ACTION ITEM: After locating the line that contains "v12 (-118.286977,213.967475,-2.85)" in the data below, set down exactly that line and each one after it through the line that contains "-e10 -e11 e12]", and nothing more.

[[ TASK MATERIAL, beginning ]]

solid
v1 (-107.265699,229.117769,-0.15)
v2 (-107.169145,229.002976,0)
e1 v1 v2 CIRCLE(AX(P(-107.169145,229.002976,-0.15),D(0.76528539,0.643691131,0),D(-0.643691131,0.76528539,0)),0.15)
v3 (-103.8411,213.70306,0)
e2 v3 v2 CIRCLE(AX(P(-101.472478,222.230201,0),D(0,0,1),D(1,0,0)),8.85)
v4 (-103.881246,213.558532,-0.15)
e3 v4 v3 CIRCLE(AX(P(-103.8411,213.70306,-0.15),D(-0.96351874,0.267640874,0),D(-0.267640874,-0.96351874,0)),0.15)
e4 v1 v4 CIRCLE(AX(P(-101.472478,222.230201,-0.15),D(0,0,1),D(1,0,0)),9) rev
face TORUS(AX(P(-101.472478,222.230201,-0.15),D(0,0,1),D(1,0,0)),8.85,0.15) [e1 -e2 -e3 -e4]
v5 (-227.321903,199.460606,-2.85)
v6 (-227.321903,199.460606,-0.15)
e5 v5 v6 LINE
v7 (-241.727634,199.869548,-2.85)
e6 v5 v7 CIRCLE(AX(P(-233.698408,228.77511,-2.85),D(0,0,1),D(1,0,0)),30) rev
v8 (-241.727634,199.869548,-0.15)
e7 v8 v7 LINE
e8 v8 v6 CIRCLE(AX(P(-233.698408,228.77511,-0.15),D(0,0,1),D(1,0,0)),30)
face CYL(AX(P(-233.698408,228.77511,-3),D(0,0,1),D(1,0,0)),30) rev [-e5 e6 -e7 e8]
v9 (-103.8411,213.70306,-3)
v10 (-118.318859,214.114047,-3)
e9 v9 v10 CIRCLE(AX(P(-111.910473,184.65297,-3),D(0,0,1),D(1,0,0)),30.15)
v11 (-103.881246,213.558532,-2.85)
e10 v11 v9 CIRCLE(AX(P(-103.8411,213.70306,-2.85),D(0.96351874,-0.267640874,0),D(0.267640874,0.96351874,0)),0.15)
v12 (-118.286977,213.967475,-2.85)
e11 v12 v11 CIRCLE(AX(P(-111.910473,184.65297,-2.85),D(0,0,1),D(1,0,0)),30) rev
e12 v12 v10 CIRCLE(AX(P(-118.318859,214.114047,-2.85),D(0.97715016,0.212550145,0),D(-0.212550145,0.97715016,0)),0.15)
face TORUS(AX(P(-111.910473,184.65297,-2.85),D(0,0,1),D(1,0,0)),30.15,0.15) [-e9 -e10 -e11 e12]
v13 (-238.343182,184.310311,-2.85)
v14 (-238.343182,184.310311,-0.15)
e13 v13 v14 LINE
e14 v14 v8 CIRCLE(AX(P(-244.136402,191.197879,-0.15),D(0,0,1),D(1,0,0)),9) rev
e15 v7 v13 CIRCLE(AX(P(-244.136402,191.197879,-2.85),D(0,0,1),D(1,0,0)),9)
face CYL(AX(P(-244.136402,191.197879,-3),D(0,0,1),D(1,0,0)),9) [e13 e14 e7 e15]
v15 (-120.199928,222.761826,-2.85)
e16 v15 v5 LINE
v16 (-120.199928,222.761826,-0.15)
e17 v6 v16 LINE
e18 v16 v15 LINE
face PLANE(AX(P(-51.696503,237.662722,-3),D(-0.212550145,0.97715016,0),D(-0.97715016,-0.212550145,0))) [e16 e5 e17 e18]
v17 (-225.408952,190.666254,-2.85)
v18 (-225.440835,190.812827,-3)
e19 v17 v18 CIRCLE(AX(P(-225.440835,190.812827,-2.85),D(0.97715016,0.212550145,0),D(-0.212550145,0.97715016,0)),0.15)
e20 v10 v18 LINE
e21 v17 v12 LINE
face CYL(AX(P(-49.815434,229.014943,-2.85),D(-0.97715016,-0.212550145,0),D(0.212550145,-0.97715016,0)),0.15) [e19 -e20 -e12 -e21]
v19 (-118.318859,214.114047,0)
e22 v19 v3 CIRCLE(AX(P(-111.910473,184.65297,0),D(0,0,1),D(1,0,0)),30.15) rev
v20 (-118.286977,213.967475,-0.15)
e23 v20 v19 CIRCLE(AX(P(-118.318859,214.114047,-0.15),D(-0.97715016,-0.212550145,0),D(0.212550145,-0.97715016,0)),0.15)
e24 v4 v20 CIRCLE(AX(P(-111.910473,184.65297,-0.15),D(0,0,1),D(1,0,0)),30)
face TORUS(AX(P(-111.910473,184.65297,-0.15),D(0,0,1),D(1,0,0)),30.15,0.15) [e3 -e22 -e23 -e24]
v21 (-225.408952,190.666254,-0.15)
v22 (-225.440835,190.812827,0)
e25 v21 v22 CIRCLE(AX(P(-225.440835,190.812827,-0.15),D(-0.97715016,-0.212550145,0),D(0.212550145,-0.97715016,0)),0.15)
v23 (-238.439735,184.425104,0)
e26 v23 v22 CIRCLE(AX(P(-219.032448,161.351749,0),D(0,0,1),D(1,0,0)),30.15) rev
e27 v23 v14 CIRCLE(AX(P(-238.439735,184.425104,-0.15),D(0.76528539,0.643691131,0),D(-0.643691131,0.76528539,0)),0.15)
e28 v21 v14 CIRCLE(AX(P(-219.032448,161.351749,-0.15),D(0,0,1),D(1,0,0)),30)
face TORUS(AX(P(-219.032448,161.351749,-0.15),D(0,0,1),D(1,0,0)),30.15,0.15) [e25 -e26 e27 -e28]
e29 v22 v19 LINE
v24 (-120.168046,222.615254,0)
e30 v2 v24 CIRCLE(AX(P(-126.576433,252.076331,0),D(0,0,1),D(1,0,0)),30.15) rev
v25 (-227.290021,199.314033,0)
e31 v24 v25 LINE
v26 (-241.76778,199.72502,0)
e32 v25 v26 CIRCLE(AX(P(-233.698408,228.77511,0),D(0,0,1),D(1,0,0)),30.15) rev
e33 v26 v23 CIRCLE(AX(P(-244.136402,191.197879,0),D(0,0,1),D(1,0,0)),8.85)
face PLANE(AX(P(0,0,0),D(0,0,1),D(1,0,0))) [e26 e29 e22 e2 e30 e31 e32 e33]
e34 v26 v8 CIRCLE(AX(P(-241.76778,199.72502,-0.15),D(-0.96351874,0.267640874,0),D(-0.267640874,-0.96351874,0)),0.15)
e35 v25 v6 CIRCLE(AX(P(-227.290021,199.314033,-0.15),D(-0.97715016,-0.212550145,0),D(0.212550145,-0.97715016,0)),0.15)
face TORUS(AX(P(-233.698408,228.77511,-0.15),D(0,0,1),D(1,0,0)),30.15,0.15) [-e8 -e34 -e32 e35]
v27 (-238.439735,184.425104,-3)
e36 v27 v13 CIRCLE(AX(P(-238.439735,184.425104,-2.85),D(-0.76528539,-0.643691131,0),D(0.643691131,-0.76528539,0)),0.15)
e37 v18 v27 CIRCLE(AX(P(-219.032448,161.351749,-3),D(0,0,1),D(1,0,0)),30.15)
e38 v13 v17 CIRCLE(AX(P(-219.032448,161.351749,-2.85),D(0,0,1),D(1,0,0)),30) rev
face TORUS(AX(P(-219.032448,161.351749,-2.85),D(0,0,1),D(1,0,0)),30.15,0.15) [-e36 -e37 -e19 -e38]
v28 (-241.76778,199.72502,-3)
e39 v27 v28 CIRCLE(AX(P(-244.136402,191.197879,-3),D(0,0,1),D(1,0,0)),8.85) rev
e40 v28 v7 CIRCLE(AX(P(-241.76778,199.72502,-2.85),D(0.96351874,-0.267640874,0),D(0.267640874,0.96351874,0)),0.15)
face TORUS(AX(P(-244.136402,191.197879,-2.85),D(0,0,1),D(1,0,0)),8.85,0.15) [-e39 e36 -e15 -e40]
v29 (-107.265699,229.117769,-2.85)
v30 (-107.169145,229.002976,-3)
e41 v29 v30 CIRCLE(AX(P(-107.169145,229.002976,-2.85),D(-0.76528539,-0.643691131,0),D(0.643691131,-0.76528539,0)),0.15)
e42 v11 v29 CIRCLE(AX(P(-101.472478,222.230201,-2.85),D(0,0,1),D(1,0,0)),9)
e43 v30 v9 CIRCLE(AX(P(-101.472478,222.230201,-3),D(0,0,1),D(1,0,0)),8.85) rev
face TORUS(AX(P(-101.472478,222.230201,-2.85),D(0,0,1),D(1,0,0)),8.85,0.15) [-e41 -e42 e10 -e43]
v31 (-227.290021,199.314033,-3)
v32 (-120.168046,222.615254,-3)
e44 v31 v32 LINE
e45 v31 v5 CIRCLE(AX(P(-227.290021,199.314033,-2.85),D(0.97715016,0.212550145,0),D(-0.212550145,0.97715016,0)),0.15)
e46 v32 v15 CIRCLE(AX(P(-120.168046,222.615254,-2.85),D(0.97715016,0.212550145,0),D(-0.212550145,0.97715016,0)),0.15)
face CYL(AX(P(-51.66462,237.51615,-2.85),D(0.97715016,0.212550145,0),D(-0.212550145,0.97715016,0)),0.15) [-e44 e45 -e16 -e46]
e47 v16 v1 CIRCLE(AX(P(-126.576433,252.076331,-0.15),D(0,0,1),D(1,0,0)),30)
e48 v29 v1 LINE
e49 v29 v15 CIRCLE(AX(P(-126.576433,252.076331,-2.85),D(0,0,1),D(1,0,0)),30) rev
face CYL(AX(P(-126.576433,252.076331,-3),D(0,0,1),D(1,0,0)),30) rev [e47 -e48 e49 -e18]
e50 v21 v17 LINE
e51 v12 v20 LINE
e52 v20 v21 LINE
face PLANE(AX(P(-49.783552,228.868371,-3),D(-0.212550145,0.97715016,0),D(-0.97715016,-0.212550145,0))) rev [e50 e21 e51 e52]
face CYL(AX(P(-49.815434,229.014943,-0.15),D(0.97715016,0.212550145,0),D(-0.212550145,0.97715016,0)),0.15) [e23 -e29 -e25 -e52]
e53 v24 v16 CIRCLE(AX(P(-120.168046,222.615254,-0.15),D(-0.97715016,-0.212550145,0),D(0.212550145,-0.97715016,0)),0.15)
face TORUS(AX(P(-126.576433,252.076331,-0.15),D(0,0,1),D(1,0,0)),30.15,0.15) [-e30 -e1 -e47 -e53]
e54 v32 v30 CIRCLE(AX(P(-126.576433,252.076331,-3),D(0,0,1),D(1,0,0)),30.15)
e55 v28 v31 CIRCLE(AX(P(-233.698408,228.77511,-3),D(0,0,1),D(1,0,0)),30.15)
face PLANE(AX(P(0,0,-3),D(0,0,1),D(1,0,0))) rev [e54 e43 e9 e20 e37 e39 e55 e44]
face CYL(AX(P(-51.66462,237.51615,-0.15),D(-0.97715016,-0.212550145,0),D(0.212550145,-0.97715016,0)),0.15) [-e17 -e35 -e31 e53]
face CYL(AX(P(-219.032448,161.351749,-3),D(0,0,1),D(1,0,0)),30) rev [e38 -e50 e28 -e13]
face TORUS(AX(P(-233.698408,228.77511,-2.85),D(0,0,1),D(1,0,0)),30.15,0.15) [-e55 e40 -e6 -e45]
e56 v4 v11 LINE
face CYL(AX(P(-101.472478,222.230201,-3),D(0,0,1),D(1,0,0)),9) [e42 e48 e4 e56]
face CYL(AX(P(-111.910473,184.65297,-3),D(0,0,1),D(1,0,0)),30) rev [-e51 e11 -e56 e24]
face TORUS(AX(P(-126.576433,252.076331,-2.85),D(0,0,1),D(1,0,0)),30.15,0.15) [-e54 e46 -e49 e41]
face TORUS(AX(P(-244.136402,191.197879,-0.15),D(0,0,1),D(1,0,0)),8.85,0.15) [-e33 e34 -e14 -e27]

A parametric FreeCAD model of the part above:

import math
import FreeCAD as App
import Part
import Sketcher
from FreeCAD import Vector
Q = App.Units.Quantity


def edges_at(feature, points):
    """Names of the edges that pass closest to the given points."""
    edges = feature.Shape.Edges
    near = lambda p: min(range(len(edges)), key=lambda i: edges[i].distToShape(Part.Vertex(*p))[0])
    return sorted({f"Edge{near(p) + 1}" for p in points})

doc = App.newDocument("Part")
body = doc.addObject("PartDesign::Body", "Body")

# Sketch on XY plane
sketch1 = doc.addObject("Sketcher::SketchObject", "Sketch")
body.addObject(sketch1)
sketch1.AttachmentSupport = (doc.XY_Plane, [""])
sketch1.MapMode = "FlatFace"
sketch1.addGeometry(Part.LineSegment(Vector(-110, 225, 0), Vector(-237, 197, 0)), False)
sketch1.addGeometry(Part.ArcOfCircle(Part.Circle(Vector(-244, 191, 0), Vector(0, 0, 1), 9), math.radians(42), math.radians(342)), False)
sketch1.addGeometry(Part.LineSegment(Vector(-236, 188, 0), Vector(-108, 216, 0)), False)
sketch1.addGeometry(Part.ArcOfCircle(Part.Circle(Vector(-101, 222, 0), Vector(0, 0, 1), 9), math.radians(-138), math.radians(162)), False)
sketch1.addConstraint(Sketcher.Constraint("Coincident", 0, 2, 1, 1))
sketch1.addConstraint(Sketcher.Constraint("Coincident", 1, 2, 2, 1))
sketch1.addConstraint(Sketcher.Constraint("Coincident", 2, 2, 3, 1))
sketch1.addConstraint(Sketcher.Constraint("Coincident", 3, 2, 0, 1))
sketch1.addConstraint(Sketcher.Constraint("Equal", 1, 3))
sketch1.addConstraint(Sketcher.Constraint("Parallel", 0, 2))
sketch1.addConstraint(Sketcher.Constraint("Equal", 0, 2))
sketch1.addConstraint(Sketcher.Constraint("Radius", 1, Q("9 mm")))
sketch1.addConstraint(Sketcher.Constraint("DistanceX", 1, 3, -1, 1, Q("244.136402 mm")))
sketch1.addConstraint(Sketcher.Constraint("DistanceY", -1, 1, 3, 3, Q("222.230201 mm")))
sketch1.addConstraint(Sketcher.Constraint("DistanceY", -1, 1, 1, 3, Q("191.197879 mm")))
sketch1.addConstraint(Sketcher.Constraint("DistanceX", 3, 3, -1, 1, Q("101.472478 mm")))
sketch1.addConstraint(Sketcher.Constraint("DistanceY", -1, 1, 0, 2, Q("197.25172 mm")))
sketch1.addConstraint(Sketcher.Constraint("DistanceY", -1, 1, 1, 2, Q("188.457368 mm")))
pad1 = doc.addObject("PartDesign::Pad", "Pad")
body.addObject(pad1)
pad1.Profile = sketch1
pad1.Length = 3
pad1.Reversed = True
doc.recompute()

fillet = doc.addObject("PartDesign::Fillet", "Fillet")
body.addObject(fillet)
fillet.Base = (pad1, edges_at(pad1, [
    (-108.132, 216.176, -1.5),
    (-235.564, 188.457, -1.5),
    (-237.477, 197.252, -1.5),
    (-110.045, 224.971, -1.5),
]))
fillet.Radius = 30
doc.recompute()

fillet2 = doc.addObject("PartDesign::Fillet", "Fillet001")
body.addObject(fillet2)
fillet2.Base = (fillet, edges_at(fillet, [
    (-173.761, 211.111, 0),
    (-173.761, 211.111, -3),
    (-252.931, 189.285, 0),
    (-252.931, 189.285, -3),
    (-171.848, 202.317, 0),
    (-171.848, 202.317, -3),
    (-92.678, 224.143, 0),
    (-92.678, 224.143, -3),
    (-234.55, 198.787, 0),
    (-234.55, 198.787, -3),
    (-232.263, 188.276, 0),
    (-232.263, 188.276, -3),
    (-111.059, 214.641, 0),
    (-111.059, 214.641, -3),
    (-113.345, 225.152, 0),
    (-113.345, 225.152, -3),
]))
fillet2.Radius = 0.15

doc.recompute()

[[ TASK MATERIAL, end ]]

EXPECTED ANSWER:
v12 (-118.286977,213.967475,-2.85)
e11 v12 v11 CIRCLE(AX(P(-111.910473,184.65297,-2.85),D(0,0,1),D(1,0,0)),30) rev
e12 v12 v10 CIRCLE(AX(P(-118.318859,214.114047,-2.85),D(0.97715016,0.212550145,0),D(-0.212550145,0.97715016,0)),0.15)
face TORUS(AX(P(-111.910473,184.65297,-2.85),D(0,0,1),D(1,0,0)),30.15,0.15) [-e9 -e10 -e11 e12]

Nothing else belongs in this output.